Chuck McMann

Profile
- Position: Running back

Personal information
- Born: May 11, 1951 Toronto, Ontario, Canada
- Died: July 20, 2021 (aged 70) Qualicum Beach, British Columbia, Canada
- Height: 6 ft 0 in (1.83 m)
- Weight: 202 lb (92 kg)

Career information
- University: Wilfrid Laurier
- CFL draft: 1976: 3rd round, 24th overall pick

Career history

Playing
- 1976–1981: Montreal Alouettes
- 1982–1985: Montreal Concordes

Coaching
- 1988–1991: Waterloo Warriors (HC)
- 1992–2000: Calgary Stampeders (AC)
- 2001–2006: McGill Redmen (HC)
- 2007: Calgary Stampeders (RC)
- 2008–2021: BC Lions (STC/RBC)

Awards and highlights
- As player Grey Cup champion (1977); As coach 3× Grey Cup champion (1992, 1998, 2011); Frank Tindall Trophy (2002);

= Chuck McMann =

Canadian football player (1951–2021)

Charles McMann (May 11, 1951 – July 20, 2021) was a Canadian professional football running back who played 10 seasons in the Canadian Football League (CFL) for the Montreal Alouettes and Montreal Concordes. He went on to serve as special teams coordinator and running backs coach for the BC Lions. He was also the head coach of the Waterloo Warriors and McGill Redmen of CIS football, while being named the CIS Coach of the Year in 2002 with the latter. He won a Grey Cup championship in 1977 as a player, before winning three more championships as a coach.

==Early life==
McMann was born in Toronto on May 11, 1951. He studied at Wilfrid Laurier University, where he played football for the Golden Hawks from 1973 to 1976. He was subsequently drafted by the Montreal Alouettes in the third round of the 1976 CFL draft.

==Professional career==
McMann played for the Montreal Alouettes and its successor Montreal Concordes from 1976 to 1985. During this time, the franchise made three appearances in Grey Cup games and won the championship in 1977. He retired at the conclusion of the 1985 season.

==Coaching career==
After retiring as a player, McMann served as head coach of the Waterloo Warriors from 1988 until 1991. He went on to join the Calgary Stampeders the following year. As part of Wally Buono's coaching staff, McMann won championship rings in 1992 and 1998. His first stint with the franchise came to an end after the 2000 season.
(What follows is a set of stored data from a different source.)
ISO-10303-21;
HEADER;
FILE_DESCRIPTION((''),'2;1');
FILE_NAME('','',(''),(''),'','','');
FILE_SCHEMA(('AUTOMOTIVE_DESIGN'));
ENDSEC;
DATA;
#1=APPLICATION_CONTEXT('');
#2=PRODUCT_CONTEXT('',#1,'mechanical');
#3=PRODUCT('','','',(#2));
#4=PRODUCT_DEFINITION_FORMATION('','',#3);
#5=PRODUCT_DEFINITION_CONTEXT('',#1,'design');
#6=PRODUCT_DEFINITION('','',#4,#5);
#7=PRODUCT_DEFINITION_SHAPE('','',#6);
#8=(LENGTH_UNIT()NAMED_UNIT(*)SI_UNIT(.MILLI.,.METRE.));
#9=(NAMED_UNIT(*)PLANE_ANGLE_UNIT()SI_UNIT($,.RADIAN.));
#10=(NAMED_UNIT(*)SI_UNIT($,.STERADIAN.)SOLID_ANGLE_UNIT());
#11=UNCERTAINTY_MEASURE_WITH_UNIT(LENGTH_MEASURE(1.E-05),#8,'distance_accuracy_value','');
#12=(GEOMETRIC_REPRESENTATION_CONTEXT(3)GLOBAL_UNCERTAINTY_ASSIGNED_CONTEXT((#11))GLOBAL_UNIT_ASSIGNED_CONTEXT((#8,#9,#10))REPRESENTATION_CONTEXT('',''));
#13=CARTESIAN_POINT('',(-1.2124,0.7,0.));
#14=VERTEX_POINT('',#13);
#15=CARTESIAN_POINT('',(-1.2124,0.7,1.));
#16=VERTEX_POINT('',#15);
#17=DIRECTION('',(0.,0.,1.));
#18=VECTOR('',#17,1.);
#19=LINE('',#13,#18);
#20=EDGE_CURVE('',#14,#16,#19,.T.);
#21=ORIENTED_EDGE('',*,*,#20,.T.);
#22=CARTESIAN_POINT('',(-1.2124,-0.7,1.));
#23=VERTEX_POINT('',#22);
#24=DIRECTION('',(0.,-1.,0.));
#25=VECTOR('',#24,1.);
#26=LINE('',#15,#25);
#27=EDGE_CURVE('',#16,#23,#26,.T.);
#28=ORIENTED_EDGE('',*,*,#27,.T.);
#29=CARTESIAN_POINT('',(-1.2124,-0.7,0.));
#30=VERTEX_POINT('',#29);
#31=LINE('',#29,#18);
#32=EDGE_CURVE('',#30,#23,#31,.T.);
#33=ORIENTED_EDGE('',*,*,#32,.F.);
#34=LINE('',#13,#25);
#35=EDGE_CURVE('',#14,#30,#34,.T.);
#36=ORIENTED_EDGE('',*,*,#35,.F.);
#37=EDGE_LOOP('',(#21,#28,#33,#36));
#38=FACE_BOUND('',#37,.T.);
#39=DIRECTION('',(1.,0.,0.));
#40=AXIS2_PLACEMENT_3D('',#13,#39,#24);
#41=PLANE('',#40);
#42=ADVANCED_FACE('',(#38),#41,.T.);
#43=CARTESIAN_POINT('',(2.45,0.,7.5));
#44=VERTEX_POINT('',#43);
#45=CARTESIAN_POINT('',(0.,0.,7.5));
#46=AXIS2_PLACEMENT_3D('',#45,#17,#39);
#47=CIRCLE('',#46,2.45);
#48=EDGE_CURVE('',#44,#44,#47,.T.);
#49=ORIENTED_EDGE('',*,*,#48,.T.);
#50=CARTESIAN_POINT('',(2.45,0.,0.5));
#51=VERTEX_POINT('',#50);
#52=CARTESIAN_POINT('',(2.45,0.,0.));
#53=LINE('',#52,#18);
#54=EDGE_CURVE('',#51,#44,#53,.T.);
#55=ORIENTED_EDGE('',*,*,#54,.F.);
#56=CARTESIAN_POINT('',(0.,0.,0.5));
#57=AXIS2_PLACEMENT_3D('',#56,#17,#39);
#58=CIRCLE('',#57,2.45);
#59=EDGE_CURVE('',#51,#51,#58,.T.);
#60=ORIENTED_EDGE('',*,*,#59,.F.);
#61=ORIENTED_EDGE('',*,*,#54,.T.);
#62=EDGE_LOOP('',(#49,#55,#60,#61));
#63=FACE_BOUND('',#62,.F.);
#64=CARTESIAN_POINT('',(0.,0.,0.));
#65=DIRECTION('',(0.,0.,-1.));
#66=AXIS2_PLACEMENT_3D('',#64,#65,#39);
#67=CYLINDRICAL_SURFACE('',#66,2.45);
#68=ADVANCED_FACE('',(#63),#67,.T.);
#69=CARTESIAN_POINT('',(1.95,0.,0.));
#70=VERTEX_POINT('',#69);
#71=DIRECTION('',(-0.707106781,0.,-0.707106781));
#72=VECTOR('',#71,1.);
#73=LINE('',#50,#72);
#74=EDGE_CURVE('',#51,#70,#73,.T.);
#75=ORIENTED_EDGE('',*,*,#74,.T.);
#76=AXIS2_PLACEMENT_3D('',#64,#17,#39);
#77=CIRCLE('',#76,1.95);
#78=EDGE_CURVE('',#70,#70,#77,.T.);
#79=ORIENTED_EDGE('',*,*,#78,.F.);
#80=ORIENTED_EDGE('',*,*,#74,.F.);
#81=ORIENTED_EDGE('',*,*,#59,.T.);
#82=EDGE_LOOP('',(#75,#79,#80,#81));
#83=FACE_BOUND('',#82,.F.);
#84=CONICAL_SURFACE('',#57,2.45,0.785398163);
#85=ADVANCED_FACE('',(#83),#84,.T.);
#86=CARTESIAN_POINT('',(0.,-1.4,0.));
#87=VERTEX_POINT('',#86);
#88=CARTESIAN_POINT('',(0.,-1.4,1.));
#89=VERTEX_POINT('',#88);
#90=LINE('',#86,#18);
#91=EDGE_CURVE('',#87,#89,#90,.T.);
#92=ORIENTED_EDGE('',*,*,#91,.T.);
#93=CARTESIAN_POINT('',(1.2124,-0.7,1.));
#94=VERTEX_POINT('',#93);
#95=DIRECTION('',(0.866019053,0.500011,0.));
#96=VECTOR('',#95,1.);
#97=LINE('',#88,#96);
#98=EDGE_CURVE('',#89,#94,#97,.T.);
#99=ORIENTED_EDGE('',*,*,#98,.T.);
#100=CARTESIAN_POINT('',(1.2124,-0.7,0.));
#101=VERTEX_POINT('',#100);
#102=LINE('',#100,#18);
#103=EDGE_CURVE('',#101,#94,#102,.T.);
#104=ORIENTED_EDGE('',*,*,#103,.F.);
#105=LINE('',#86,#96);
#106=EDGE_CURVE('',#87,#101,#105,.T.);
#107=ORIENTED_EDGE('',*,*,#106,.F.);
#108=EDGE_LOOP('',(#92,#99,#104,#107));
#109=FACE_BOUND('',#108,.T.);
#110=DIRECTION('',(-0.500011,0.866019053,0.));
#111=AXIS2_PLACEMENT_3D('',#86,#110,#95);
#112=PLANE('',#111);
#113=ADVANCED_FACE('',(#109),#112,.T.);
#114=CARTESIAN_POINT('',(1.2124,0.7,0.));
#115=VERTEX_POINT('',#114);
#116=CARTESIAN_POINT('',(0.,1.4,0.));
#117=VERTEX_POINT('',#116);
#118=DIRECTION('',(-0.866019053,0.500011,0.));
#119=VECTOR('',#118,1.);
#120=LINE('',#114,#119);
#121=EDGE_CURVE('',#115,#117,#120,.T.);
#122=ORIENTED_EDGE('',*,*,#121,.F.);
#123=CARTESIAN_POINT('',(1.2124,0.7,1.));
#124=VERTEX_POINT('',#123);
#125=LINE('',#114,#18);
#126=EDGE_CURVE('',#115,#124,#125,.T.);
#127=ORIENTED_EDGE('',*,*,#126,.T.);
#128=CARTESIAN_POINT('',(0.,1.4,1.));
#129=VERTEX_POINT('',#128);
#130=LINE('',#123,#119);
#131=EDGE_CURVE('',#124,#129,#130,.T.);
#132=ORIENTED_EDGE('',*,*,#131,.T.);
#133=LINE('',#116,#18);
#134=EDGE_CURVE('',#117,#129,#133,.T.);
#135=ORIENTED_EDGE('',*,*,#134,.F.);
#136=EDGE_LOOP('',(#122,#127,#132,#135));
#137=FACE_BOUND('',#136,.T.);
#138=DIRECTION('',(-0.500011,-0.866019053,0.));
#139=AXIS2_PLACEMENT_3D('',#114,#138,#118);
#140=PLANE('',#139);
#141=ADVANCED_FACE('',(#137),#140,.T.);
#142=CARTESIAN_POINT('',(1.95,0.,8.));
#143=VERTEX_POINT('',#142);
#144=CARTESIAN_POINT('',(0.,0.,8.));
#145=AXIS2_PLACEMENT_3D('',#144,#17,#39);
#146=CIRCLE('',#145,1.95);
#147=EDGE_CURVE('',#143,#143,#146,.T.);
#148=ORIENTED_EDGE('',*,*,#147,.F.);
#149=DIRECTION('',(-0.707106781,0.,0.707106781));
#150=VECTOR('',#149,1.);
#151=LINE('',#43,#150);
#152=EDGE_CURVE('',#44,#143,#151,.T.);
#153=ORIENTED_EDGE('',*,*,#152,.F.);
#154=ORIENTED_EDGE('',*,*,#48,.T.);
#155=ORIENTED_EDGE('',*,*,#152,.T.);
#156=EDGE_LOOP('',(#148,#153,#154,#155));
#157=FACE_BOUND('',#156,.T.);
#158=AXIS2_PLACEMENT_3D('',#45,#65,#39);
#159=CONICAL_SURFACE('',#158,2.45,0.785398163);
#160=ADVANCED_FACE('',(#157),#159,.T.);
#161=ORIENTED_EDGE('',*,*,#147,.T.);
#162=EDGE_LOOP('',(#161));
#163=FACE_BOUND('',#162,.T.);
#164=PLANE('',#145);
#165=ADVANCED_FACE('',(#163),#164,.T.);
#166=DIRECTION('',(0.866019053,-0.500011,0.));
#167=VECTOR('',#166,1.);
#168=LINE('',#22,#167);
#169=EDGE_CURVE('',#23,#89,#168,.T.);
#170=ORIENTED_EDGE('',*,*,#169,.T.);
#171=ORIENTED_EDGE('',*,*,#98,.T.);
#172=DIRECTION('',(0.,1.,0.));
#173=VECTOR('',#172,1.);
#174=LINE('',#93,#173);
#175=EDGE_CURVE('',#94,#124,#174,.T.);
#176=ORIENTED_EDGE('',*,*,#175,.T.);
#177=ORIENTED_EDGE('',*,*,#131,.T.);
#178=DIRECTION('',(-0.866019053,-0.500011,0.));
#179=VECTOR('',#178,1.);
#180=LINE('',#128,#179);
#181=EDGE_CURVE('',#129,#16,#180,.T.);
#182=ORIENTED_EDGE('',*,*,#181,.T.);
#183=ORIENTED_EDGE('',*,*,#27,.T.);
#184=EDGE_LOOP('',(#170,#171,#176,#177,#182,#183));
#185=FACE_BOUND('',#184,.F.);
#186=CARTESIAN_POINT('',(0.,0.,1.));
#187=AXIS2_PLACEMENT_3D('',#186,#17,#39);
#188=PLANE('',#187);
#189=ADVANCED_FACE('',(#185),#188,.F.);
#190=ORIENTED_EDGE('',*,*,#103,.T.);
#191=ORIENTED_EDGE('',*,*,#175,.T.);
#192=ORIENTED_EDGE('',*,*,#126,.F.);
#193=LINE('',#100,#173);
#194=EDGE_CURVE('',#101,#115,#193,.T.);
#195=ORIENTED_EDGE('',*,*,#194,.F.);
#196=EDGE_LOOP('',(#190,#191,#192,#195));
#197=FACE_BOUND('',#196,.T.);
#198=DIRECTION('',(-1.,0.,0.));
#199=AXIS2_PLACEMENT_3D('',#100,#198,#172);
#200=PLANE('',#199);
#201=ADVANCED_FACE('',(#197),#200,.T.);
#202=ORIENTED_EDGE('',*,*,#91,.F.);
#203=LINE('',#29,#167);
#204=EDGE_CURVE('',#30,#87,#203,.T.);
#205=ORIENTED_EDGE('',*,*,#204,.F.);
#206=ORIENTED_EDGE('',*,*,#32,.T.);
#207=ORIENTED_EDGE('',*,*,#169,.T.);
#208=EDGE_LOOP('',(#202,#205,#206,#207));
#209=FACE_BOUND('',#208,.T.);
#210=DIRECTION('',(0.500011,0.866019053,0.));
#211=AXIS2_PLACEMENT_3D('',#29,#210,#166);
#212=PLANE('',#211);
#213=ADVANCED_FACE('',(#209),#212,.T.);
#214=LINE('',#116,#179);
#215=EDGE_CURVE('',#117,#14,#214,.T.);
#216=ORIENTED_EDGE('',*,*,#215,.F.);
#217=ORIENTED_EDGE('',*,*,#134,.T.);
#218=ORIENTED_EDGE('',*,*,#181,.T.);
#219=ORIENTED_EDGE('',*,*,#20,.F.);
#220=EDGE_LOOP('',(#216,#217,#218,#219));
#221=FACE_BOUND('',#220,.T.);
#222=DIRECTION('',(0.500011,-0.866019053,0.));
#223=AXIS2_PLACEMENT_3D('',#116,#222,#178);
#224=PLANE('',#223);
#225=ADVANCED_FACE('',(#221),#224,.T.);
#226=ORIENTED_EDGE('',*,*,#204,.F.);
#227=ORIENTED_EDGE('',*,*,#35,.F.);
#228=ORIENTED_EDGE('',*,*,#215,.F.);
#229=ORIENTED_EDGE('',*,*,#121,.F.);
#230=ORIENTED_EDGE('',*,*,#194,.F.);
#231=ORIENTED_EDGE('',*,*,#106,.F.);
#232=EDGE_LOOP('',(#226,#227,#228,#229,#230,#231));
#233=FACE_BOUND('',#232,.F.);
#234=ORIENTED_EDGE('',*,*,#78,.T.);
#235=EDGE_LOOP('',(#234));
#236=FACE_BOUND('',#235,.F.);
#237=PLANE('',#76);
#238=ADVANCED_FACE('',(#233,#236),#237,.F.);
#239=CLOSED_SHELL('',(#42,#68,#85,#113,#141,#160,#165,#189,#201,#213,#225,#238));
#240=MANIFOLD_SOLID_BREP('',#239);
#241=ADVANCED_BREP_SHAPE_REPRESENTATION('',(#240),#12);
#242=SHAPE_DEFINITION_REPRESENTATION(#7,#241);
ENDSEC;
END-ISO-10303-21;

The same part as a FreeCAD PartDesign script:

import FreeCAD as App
import Part
import Sketcher
Q = App.Units.Quantity


def edges_at(feature, points):
    """Names of the edges that pass closest to the given points."""
    edges = feature.Shape.Edges
    near = lambda p: min(range(len(edges)), key=lambda i: edges[i].distToShape(Part.Vertex(*p))[0])
    return sorted({f"Edge{near(p) + 1}" for p in points})

doc = App.newDocument("Part")
body = doc.addObject("PartDesign::Body", "Body")

# Sketch on XY plane
sketch1 = body.newObject("Sketcher::SketchObject", "Sketch")
sketch1.AttachmentSupport = (doc.getObject("XY_Plane"), [""])
sketch1.MapMode = "FlatFace"
sketch1.addGeometry(Part.Circle(App.Vector(0, 0, 0), App.Vector(0, 0, 1), 2.5), False)
sketch1.addConstraint(Sketcher.Constraint("Coincident", 0, 3, -1, 1))
sketch1.addConstraint(Sketcher.Constraint("Diameter", 0, 4.9))
pad1 = body.newObject("PartDesign::Pad", "Pad")
pad1.Profile = sketch1
pad1.Length = 8
doc.recompute()

chamfer = body.newObject("PartDesign::Chamfer", "Chamfer")
chamfer.Base = (pad1, edges_at(pad1, [(-2.45, 0, 8), (-2.45, 0, 0)]))
chamfer.Size = 0.5

# Sketch on XY plane
sketch2 = body.newObject("Sketcher::SketchObject", "Sketch001")
sketch2.AttachmentSupport = (doc.getObject("XY_Plane"), [""])
sketch2.MapMode = "FlatFace"
sketch2.addGeometry(Part.LineSegment(App.Vector(1.2, -0.7, 0), App.Vector(0, -1.4, 0)), False)
sketch2.addGeometry(Part.LineSegment(App.Vector(0, -1.4, 0), App.Vector(-1.2, -0.7, 0)), False)
sketch2.addGeometry(Part.LineSegment(App.Vector(-1.2, -0.7, 0), App.Vector(-1.2, 0.7, 0)), False)
sketch2.addGeometry(Part.LineSegment(App.Vector(-1.2, 0.7, 0), App.Vector(0, 1.4, 0)), False)
sketch2.addGeometry(Part.LineSegment(App.Vector(0, 1.4, 0), App.Vector(1.2, 0.7, 0)), False)
sketch2.addGeometry(Part.LineSegment(App.Vector(1.2, 0.7, 0), App.Vector(1.2, -0.7, 0)), False)
sketch2.addConstraint(Sketcher.Constraint("Coincident", 0, 2, 1, 1))
sketch2.addConstraint(Sketcher.Constraint("Coincident", 1, 2, 2, 1))
sketch2.addConstraint(Sketcher.Constraint("Coincident", 2, 2, 3, 1))
sketch2.addConstraint(Sketcher.Constraint("Coincident", 3, 2, 4, 1))
sketch2.addConstraint(Sketcher.Constraint("Coincident", 4, 2, 5, 1))
sketch2.addConstraint(Sketcher.Constraint("Coincident", 5, 2, 0, 1))
sketch2.addConstraint(Sketcher.Constraint("Vertical", 2))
McMann became the head football coach at McGill University in 2001, succeeding Charlie Baillie. The Redmen won the Dunsmore Cup during his first two seasons, and he was conferred the CIS Frank Tindall Trophy in 2002 as Canadian university football's coach of the year. In October 2005, the university administration called off the team's final two games of the season, in response to substantiated reports that most players had engaged in hazing at the start of the academic year. McMann initially suspended one player for an indefinite period and five players for one game. He was dismayed by the decision to cancel the rest of the season. Although he sympathized with university's "need to make a strong statement", he felt that the players "ha[d] been punished enough". Several former Redmen players demanded that McMann be dismissed. However, the university's interim athletic director said that firing McMann was never contemplated, given that he denied being aware of the hazing.

Overall, the Redmen finished with an even 28–28 record and reached the playoffs five times during McMann's six seasons with the team. McMann resigned in January 2007 with one more year remaining on his contract. He cited personal reasons, adding that he wanted to "spend more time coaching and less on administrative matters". He later returned to the Stampeders that same month as receivers coach, before being released at the end of the season.

McMann joined the BC Lions in 2008 as its special teams coordinator and running backs coach, reuniting with Buono. He won his fourth and final Grey Cup championship with the franchise in 2011. He retired at the end of the 2015 season.

==Personal life==
McMann was married to Margaret until his death. They resided in Langley, British Columbia, where he was a member of the Willoughby Christian Reformed Church, and she taught at Langley Christian High School. He brought the Grey Cup trophy to the school in January 2012, shortly after the Lions' victory the previous year. They later moved to Vancouver Island.

McMann died at the age of 70 on July 20, 2021, after collapsing while riding his bike near his home on the Island.